An important part of the adoption process, Caroline Bradford says, is to recognize the loss it entails.

“Adoption is about loss for everybody,” she says. “I lost out on the ability of having a child; Nellie lost on growing up with her biological parents; and Jessica lost the opportunity to raise her child.

“There’s always a little bit of the loss,” she adds. “It’s a coin with two sides.”

Although the adoption process has been very hard on Jessica and Ryan, Jessica says she feels they made the right decision.

“We chose adoption, which means we chose the best possible life we could for Nellie,” she says. “That was our responsibility to her as her parents. She is and always will be our daughter. Now, instead of having one set of loving parents, she, in a sense, has two sets that both love her more than anything. One set was just better prepared to have her, and they are a godsend to Ryan and I. What more could a little girl ask for?”

A couple’s commitment

By Veronica Whitney

This will be a quieter Mother’s Day for Pam Panelsner, with only two of the 12 children she has raised visiting her at home in Beaver Creek.

Although Pam and her husband, Ernie, have four biological children, they adopted another, as well as raised seven foster children.

Pam, 60, and Ernie, 62, used to volunteer at an orphanage in Chicago, taking foster children to their home on weekends. That’s when they met what is now part of their family.

“The foster children weren’t available for adoption at the time, but they stayed with the family for periods of 6 to 40 years,” Pam Panelsner says.

“They blended very nicely with our biological children. Our children were younger, so they took it as a matter of fact.”

Most of the foster children the Panelsners took home were first- or second-graders.

“We enjoyed sharing with them,” she says. “When you volunteer, you get close to some children, and when they were available for adoption we did it.”

Although all her children are grown up now and don’t live in the Vail Valley, Pam Panelsner says she often visits them and her seven grandchildren in Chicago.

“I would do it again without hesitation,” she says. “The feelings can be very strong; it’s very easy to bond with children that live with you.
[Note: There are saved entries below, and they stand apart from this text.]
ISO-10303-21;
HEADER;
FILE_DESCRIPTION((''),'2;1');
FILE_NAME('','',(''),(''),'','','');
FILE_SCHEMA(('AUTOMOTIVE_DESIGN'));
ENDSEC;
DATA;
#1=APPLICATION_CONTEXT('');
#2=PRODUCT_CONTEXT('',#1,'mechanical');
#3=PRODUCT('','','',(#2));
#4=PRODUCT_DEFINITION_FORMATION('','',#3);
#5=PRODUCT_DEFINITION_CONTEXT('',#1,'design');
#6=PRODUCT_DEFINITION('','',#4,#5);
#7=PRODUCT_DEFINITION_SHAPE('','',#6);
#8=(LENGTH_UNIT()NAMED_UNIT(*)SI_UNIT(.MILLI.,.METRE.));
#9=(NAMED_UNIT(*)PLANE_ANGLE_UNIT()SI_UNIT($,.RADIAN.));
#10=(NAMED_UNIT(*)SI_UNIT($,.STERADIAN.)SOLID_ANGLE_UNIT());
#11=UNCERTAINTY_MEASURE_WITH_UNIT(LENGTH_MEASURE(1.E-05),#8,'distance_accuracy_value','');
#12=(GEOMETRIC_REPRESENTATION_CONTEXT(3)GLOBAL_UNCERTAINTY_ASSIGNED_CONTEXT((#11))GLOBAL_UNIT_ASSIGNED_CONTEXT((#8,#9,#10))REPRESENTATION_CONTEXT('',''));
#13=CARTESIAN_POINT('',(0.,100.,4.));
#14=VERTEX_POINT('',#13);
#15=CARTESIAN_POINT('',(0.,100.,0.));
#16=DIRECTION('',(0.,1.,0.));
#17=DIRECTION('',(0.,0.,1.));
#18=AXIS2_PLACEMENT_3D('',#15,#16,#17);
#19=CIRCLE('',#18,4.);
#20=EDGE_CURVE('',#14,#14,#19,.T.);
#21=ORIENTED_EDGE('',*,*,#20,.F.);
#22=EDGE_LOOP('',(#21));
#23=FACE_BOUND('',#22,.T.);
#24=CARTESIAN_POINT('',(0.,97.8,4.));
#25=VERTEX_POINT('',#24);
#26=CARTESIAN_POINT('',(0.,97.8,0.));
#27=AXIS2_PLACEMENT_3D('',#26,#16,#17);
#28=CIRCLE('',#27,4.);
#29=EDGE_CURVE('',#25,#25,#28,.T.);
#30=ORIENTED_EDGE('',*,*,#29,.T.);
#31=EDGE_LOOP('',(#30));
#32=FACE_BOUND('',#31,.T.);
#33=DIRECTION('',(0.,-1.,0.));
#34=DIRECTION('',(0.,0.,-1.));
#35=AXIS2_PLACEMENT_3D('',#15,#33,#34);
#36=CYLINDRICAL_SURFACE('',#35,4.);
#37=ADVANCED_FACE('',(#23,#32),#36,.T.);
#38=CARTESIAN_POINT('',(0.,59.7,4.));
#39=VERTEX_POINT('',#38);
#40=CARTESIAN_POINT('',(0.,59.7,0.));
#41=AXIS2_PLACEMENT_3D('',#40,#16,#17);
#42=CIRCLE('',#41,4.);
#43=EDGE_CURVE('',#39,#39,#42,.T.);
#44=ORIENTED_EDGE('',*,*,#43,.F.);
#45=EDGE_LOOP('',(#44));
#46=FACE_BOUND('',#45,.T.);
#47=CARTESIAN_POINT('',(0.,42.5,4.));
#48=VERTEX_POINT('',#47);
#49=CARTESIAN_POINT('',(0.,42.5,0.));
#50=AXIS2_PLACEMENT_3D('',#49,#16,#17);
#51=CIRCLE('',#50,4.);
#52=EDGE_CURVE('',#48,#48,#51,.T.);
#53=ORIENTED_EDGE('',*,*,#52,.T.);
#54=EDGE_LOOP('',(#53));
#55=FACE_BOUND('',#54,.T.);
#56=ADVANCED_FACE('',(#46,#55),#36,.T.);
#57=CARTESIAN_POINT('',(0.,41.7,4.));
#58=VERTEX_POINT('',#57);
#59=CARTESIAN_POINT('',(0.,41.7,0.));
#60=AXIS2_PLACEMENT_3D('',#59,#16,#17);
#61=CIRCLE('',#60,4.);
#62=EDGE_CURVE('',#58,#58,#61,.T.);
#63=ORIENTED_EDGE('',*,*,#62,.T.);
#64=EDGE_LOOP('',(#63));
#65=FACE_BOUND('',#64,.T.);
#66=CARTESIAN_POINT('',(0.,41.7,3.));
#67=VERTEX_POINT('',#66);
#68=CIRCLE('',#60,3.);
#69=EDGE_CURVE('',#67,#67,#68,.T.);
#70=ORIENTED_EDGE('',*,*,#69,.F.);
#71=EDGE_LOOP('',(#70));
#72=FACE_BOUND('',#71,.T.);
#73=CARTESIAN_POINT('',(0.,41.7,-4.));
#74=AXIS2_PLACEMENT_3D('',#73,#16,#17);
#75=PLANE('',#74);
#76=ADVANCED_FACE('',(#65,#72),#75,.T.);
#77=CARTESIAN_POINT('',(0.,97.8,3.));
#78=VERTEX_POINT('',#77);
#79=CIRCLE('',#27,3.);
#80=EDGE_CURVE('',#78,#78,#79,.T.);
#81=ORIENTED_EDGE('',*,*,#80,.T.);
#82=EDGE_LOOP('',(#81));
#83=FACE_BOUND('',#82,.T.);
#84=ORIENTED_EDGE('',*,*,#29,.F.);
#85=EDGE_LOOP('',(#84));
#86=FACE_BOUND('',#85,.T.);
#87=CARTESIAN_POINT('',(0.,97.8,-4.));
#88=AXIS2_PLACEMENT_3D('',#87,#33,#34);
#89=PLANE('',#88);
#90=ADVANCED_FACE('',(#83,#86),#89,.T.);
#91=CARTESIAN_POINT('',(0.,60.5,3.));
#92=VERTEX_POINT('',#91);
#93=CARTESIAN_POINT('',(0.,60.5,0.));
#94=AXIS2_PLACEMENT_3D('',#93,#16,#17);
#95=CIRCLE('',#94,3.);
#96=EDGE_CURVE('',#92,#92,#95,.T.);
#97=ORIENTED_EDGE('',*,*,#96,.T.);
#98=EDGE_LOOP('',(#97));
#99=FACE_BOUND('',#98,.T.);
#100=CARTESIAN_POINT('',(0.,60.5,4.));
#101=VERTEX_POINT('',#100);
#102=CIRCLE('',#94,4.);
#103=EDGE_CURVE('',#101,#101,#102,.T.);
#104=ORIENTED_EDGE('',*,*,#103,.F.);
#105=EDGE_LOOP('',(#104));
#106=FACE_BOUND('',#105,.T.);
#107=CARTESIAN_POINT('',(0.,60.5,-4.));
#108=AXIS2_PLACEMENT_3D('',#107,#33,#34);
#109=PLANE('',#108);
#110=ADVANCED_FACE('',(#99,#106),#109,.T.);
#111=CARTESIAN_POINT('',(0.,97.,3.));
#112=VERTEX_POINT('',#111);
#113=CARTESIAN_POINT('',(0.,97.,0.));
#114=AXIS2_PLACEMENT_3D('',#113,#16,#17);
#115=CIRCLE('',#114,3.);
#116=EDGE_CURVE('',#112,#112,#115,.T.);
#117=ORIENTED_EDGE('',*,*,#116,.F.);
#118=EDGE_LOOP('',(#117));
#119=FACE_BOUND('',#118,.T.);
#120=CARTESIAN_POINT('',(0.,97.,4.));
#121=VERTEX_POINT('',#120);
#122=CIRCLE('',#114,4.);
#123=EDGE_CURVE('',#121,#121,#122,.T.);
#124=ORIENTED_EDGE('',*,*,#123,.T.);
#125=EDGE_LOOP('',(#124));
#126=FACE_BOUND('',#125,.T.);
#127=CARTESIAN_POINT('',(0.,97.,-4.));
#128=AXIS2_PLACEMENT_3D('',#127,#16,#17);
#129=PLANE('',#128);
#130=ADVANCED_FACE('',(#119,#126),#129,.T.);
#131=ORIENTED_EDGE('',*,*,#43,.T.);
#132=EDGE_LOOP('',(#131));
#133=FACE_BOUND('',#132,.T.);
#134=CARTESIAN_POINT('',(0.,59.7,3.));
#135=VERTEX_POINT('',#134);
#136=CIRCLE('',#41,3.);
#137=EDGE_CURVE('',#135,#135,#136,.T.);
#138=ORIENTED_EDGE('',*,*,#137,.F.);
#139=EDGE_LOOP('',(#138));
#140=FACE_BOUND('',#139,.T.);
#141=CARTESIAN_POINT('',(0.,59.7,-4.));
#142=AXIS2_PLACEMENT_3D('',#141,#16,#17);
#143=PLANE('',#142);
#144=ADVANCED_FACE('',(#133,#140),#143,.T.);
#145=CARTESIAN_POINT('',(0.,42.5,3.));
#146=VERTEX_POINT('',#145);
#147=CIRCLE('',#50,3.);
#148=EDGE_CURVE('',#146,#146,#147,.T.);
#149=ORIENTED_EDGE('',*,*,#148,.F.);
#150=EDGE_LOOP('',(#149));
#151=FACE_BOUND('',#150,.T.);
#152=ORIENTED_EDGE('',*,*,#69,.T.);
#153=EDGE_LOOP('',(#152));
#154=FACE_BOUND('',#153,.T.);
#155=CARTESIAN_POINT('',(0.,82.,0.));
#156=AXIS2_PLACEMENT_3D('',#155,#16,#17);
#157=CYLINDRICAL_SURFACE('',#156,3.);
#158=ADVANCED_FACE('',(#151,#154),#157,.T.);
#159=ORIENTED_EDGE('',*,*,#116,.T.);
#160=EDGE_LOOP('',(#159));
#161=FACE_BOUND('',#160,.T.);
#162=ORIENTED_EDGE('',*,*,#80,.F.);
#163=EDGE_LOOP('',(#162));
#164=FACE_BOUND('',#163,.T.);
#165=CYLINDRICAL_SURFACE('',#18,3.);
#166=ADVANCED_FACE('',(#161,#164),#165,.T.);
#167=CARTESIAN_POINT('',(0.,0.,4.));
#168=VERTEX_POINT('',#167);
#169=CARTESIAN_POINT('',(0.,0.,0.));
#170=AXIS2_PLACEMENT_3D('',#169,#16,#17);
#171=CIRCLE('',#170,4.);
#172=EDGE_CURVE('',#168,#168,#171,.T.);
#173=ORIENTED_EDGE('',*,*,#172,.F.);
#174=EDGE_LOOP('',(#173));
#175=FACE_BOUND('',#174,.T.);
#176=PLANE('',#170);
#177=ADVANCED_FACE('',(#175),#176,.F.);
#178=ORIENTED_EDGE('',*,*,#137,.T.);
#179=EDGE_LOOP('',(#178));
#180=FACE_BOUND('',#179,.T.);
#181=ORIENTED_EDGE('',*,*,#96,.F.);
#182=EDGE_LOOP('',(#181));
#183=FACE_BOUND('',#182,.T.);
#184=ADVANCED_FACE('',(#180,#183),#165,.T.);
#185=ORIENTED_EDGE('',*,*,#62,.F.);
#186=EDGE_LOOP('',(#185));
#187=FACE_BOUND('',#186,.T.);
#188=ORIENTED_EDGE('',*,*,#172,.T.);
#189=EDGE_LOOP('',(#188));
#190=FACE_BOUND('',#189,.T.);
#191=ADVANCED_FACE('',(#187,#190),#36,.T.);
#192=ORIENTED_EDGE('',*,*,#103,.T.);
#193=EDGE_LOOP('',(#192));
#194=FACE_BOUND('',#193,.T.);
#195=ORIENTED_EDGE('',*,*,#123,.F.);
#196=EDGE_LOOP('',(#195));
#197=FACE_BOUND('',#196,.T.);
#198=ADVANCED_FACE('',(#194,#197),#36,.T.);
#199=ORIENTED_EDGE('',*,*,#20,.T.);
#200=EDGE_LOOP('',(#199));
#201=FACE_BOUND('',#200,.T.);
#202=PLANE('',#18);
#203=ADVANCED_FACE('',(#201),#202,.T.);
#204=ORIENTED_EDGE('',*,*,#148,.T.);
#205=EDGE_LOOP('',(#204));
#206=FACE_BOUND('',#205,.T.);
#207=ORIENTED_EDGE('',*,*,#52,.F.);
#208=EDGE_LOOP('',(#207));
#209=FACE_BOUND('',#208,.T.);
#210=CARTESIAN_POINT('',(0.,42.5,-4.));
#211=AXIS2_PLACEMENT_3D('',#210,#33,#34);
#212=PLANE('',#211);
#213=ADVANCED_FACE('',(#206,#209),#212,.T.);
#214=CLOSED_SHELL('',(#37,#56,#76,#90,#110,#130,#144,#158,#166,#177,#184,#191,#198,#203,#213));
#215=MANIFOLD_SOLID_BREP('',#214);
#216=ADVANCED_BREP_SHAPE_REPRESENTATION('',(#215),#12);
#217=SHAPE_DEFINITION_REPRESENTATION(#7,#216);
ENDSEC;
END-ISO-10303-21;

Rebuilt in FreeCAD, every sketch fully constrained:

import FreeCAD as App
import Part
import Sketcher
Q = App.Units.Quantity

doc = App.newDocument("Part")
params = doc.addObject("Spreadsheet::Sheet", "Params")
for row, (alias, value) in enumerate([
    ("sketch1_diameter", "8 mm"),
    ("pad1_length", "100 mm"),
    ("sketch2_height", "1 mm"),
    ("sketch2_width", "0.8 mm"),
    ("groove_angle", "360 deg"),
    ("sketch3_height", "1 mm"),
    ("sketch3_width", "0.8 mm"),
    ("groove2_angle", "360 deg"),
    ("linearpattern_pitch", "18 mm"),
], start=1):
    params.set(f"A{row}", alias)
    params.set(f"B{row}", "=" + value)
    params.setAlias(f"B{row}", alias)

body = doc.addObject("PartDesign::Body", "Body")

sketch1 = doc.addObject("Sketcher::SketchObject", "Sketch")
body.addObject(sketch1)
sketch1.AttachmentSupport = (doc.XZ_Plane, [""])
sketch1.MapMode = "FlatFace"
sketch1.addGeometry(Part.Circle(App.Vector(0, 0, 0), App.Vector(0, 0, 1), 4), False)
sketch1.addConstraint([
    Sketcher.Constraint("Coincident", 0, 3, -1, 1),
    Sketcher.Constraint("Diameter", 0, Q("8 mm")),
])
sketch1.setExpression("Constraints[1]", "Params.sketch1_diameter")
pad1 = doc.addObject("PartDesign::Pad", "Pad")
body.addObject(pad1)
pad1.Profile = sketch1
pad1.setExpression("Length", "Params.pad1_length")
pad1.Reversed = True

sketch2 = doc.addObject("Sketcher::SketchObject", "Sketch001")
body.addObject(sketch2)
sketch2.AttachmentSupport = (doc.YZ_Plane, [""])
sketch2.MapMode = "FlatFace"
sketch2.addGeometry([
    Part.LineSegment(App.Vector(97.8, -3, 0), App.Vector(97, -3, 0)),
    Part.LineSegment(App.Vector(97, -3, 0), App.Vector(97, -4, 0)),
    Part.LineSegment(App.Vector(97, -4, 0), App.Vector(97.8, -4, 0)),
    Part.LineSegment(App.Vector(97.8, -4, 0), App.Vector(97.8, -3, 0)),
], False)
sketch2.addConstraint([
    Sketcher.Constraint("Coincident", 0, 2, 1, 1),
    Sketcher.Constraint("Coincident", 1, 2, 2, 1),
    Sketcher.Constraint("Coincident", 2, 2, 3, 1),
    Sketcher.Constraint("Coincident", 3, 2, 0, 1),
    Sketcher.Constraint("Horizontal", 0),
    Sketcher.Constraint("Vertical", 1),
    Sketcher.Constraint("Horizontal", 2),
    Sketcher.Constraint("Vertical", 3),
    Sketcher.Constraint("DistanceY", 1, 2, 1, 1, Q("1 mm")),
    Sketcher.Constraint("DistanceX", 0, 2, 0, 1, Q("0.8 mm")),
    Sketcher.Constraint("DistanceX", -1, 1, 0, 2, Q("97 mm")),
    Sketcher.Constraint("DistanceY", 0, 2, -1, 1, Q("3 mm")),
])
sketch2.setExpression("Constraints[8]", "Params.sketch2_height")
sketch2.setExpression("Constraints[9]", "Params.sketch2_width")
groove = doc.addObject("PartDesign::Groove", "Groove")
body.addObject(groove)
groove.Profile = sketch2
groove.ReferenceAxis = (sketch2, ["H_Axis"])
groove.setExpression("Angle", "Params.groove_angle")

sketch3 = doc.addObject("Sketcher::SketchObject", "Sketch002")
body.addObject(sketch3)
sketch3.AttachmentSupport = (doc.YZ_Plane, [""])
sketch3.MapMode = "FlatFace"
sketch3.addGeometry([
    Part.LineSegment(App.Vector(60.5, -3, 0), App.Vector(59.7, -3, 0)),
    Part.LineSegment(App.Vector(59.7, -3, 0), App.Vector(59.7, -4, 0)),
    Part.LineSegment(App.Vector(59.7, -4, 0), App.Vector(60.5, -4, 0)),
    Part.LineSegment(App.Vector(60.5, -4, 0), App.Vector(60.5, -3, 0)),
], False)
sketch3.addConstraint([
    Sketcher.Constraint("Coincident", 0, 2, 1, 1),
    Sketcher.Constraint("Coincident", 1, 2, 2, 1),
    Sketcher.Constraint("Coincident", 2, 2, 3, 1),
    Sketcher.Constraint("Coincident", 3, 2, 0, 1),
    Sketcher.Constraint("Horizontal", 0),
    Sketcher.Constraint("Vertical", 1),
    Sketcher.Constraint("Horizontal", 2),
    Sketcher.Constraint("Vertical", 3),
    Sketcher.Constraint("DistanceY", 1, 2, 1, 1, Q("1 mm")),
    Sketcher.Constraint("DistanceX", 0, 2, 0, 1, Q("0.8 mm")),
    Sketcher.Constraint("DistanceY", 0, 2, -1, 1, Q("3 mm")),
    Sketcher.Constraint("DistanceX", -1, 1, 0, 2, Q("59.7 mm")),
])
sketch3.setExpression("Constraints[8]", "Params.sketch3_height")
sketch3.setExpression("Constraints[9]", "Params.sketch3_width")
groove2 = doc.addObject("PartDesign::Groove", "Groove001")
body.addObject(groove2)
groove2.Profile = sketch3
groove2.ReferenceAxis = (sketch3, ["H_Axis"])
groove2.setExpression("Angle", "Params.groove2_angle")
doc.recompute()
For me, they are all the same.”

Books for adoptive parents:

– “Dear Birth Mother,” by Kathleen Silber and Phylis Speedlin.

– “Adoption … a Handful of Hope,” by Suzanne Arms.
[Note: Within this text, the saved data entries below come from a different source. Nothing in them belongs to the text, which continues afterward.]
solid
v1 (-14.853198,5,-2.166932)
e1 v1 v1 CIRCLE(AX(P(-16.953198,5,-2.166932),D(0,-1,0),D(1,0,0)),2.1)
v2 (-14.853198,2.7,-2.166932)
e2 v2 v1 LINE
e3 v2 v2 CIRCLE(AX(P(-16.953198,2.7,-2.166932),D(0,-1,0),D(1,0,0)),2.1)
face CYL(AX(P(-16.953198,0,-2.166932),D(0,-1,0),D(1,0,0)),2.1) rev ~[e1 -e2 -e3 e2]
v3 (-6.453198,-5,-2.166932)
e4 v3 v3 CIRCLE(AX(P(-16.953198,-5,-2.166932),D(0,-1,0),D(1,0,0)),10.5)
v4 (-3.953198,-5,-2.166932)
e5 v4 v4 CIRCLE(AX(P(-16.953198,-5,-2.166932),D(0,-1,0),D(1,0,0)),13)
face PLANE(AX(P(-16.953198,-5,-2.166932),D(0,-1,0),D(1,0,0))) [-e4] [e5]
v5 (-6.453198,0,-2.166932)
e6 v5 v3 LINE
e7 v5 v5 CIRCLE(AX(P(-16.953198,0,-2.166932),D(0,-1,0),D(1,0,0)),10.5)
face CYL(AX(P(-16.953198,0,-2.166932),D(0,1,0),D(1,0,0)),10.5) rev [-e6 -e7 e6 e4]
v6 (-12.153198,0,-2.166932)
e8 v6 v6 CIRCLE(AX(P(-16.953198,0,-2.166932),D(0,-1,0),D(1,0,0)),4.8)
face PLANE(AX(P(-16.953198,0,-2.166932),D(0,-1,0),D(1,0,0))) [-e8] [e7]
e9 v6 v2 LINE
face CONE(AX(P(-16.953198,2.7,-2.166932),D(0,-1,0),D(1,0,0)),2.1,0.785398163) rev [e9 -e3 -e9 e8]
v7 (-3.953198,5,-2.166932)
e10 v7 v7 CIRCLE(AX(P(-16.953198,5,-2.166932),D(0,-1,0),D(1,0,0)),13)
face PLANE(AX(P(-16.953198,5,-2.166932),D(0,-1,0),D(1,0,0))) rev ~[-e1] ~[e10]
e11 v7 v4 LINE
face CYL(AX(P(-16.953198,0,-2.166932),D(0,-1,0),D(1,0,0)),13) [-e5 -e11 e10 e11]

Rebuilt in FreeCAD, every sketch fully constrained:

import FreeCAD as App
import Part
import Sketcher

V = App.Vector


def edges_at(feature, points):
    """Names of the edges that pass closest to the given points."""
    edges = feature.Shape.Edges
    near = lambda p: min(range(len(edges)), key=lambda i: edges[i].distToShape(Part.Vertex(*p))[0])
    return sorted({f"Edge{near(p) + 1}" for p in points})

doc = App.newDocument("Part")
params = doc.addObject("Spreadsheet::Sheet", "Params")
for row, (alias, value) in enumerate([
    ("sketch1_diameter", "26 mm"),
    ("sketch1_diameter2", "21 mm"),
    ("pad1_length", "5 mm"),
    ("sketch2_diameter", "26 mm"),
    ("sketch2_diameter2", "4.2 mm"),
    ("pad2_length", "5 mm"),
    ("chamfer_size", "2.7 mm"),
    ("chamfer_size2", "2.7 mm"),
], start=1):
    params.set(f"A{row}", alias)
    params.set(f"B{row}", "=" + value)
    params.setAlias(f"B{row}", alias)

body = doc.addObject("PartDesign::Body", "Body")

# Sketch on XZ plane
sketch1 = body.newObject("Sketcher::SketchObject", "Sketch")
sketch1.AttachmentSupport = (doc.getObject("XZ_Plane"), [""])
sketch1.MapMode = "FlatFace"
sketch1.addGeometry(Part.Circle(V(-17, -2, 0), V(0, 0, 1), 13), False)
sketch1.addGeometry(Part.Circle(V(-17, -2, 0), V(0, 0, 1), 10), False)
sketch1.addConstraint(Sketcher.Constraint("Coincident", 1, 3, 0, 3))
sketch1.addConstraint(Sketcher.Constraint("Diameter", 0, 26.0))
sketch1.addConstraint(Sketcher.Constraint("Diameter", 1, 21.0))
sketch1.addConstraint(Sketcher.Constraint("DistanceX", 0, 3, -1, 1, 16.953198))
sketch1.addConstraint(Sketcher.Constraint("DistanceY", 0, 3, -1, 1, 2.166932))
sketch1.setExpression("Constraints[1]", "Params.sketch1_diameter")
sketch1.setExpression("Constraints[2]", "Params.sketch1_diameter2")
pad1 = body.newObject("PartDesign::Pad", "Pad")
pad1.Profile = sketch1
pad1.setExpression("Length", "Params.pad1_length")

# Sketch on XZ plane
sketch2 = body.newObject("Sketcher::SketchObject", "Sketch001")
sketch2.AttachmentSupport = (doc.getObject("XZ_Plane"), [""])
sketch2.MapMode = "FlatFace"
sketch2.addGeometry(Part.Circle(V(-17, -2.2, 0), V(0, 0, 1), 13), False)
sketch2.addGeometry(Part.Circle(V(-17, -2.2, 0), V(0, 0, 1), 2.1), False)
sketch2.addConstraint(Sketcher.Constraint("Coincident", 1, 3, 0, 3))
sketch2.addConstraint(Sketcher.Constraint("Diameter", 0, 26.0))
sketch2.addConstraint(Sketcher.Constraint("Diameter", 1, 4.2))
sketch2.addConstraint(Sketcher.Constraint("DistanceX", 0, 3, -1, 1, 16.953198))
sketch2.addConstraint(Sketcher.Constraint("DistanceY", 0, 3, -1, 1, 2.166932))
sketch2.setExpression("Constraints[1]", "Params.sketch2_diameter")
sketch2.setExpression("Constraints[2]", "Params.sketch2_diameter2")
pad2 = body.newObject("PartDesign::Pad", "Pad001")
pad2.Profile = sketch2
pad2.setExpression("Length", "Params.pad2_length")
pad2.Reversed = True
doc.recompute()

chamfer = body.newObject("PartDesign::Chamfer", "Chamfer")
chamfer.Base = (pad2, edges_at(pad2, [(-19.053, 0, -2.167)]))
chamfer.ChamferType = "Two distances"
chamfer.setExpression("Size", "Params.chamfer_size")
chamfer.setExpression("Size2", "Params.chamfer_size2")

doc.recompute()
– “To Love and Let Go,” by Suzanne Arms.

– “Successful Adoption,” by Jacquelin Hornor Plumez.

– “Our Baby,” by Janice Koch.

– “Adoption Awareness,” by Jeanne Lindsey.

– “Adoption Without Fear and the Spirit of Open Adoption,” by Jim Gritter.

– “Making Sense of Adoption,” by Lois Melina.

Other resources:

– Designated Adoption, 303-232-0234

– Colorado Department of Human Services, Office of Child and Family Services, 303-866-4207.

On the Web:

– Openadoption.net

– Adoption.com

The adoption process

Adoption is essentially identical in every state: A person or couple seeking to adopt must file an adoption petition with the appropriate court.

The court reviews the evidence, which includes a home-study of the person or couple and then determines whether to grant or deny the adoption. In deciding whether to grant a particular petition for adoption, the court considers what is in the “best interests” of the child.

There are two forms of traditional adoption: private-placement; and through an agency. Private-placement refers to adoption without the involvement of a state agent, which can occur through a private adoption agency, adoption of foreign children or adoption of a relative or friend’s child.

Agency adoption involves the adoption of a foster child who is in the care of the state and is placed for adoption through a foster care agency. Generally the foster parents seek to adopt the child after the child has been living with them for a prescribed period of time.

All states permit unmarried individuals to adopt through both private-placement and agency adoption. However, states vary with regard to whether gay men and lesbians can adopt. Colorado is among the states that would likely permit gay and lesbian adoptions.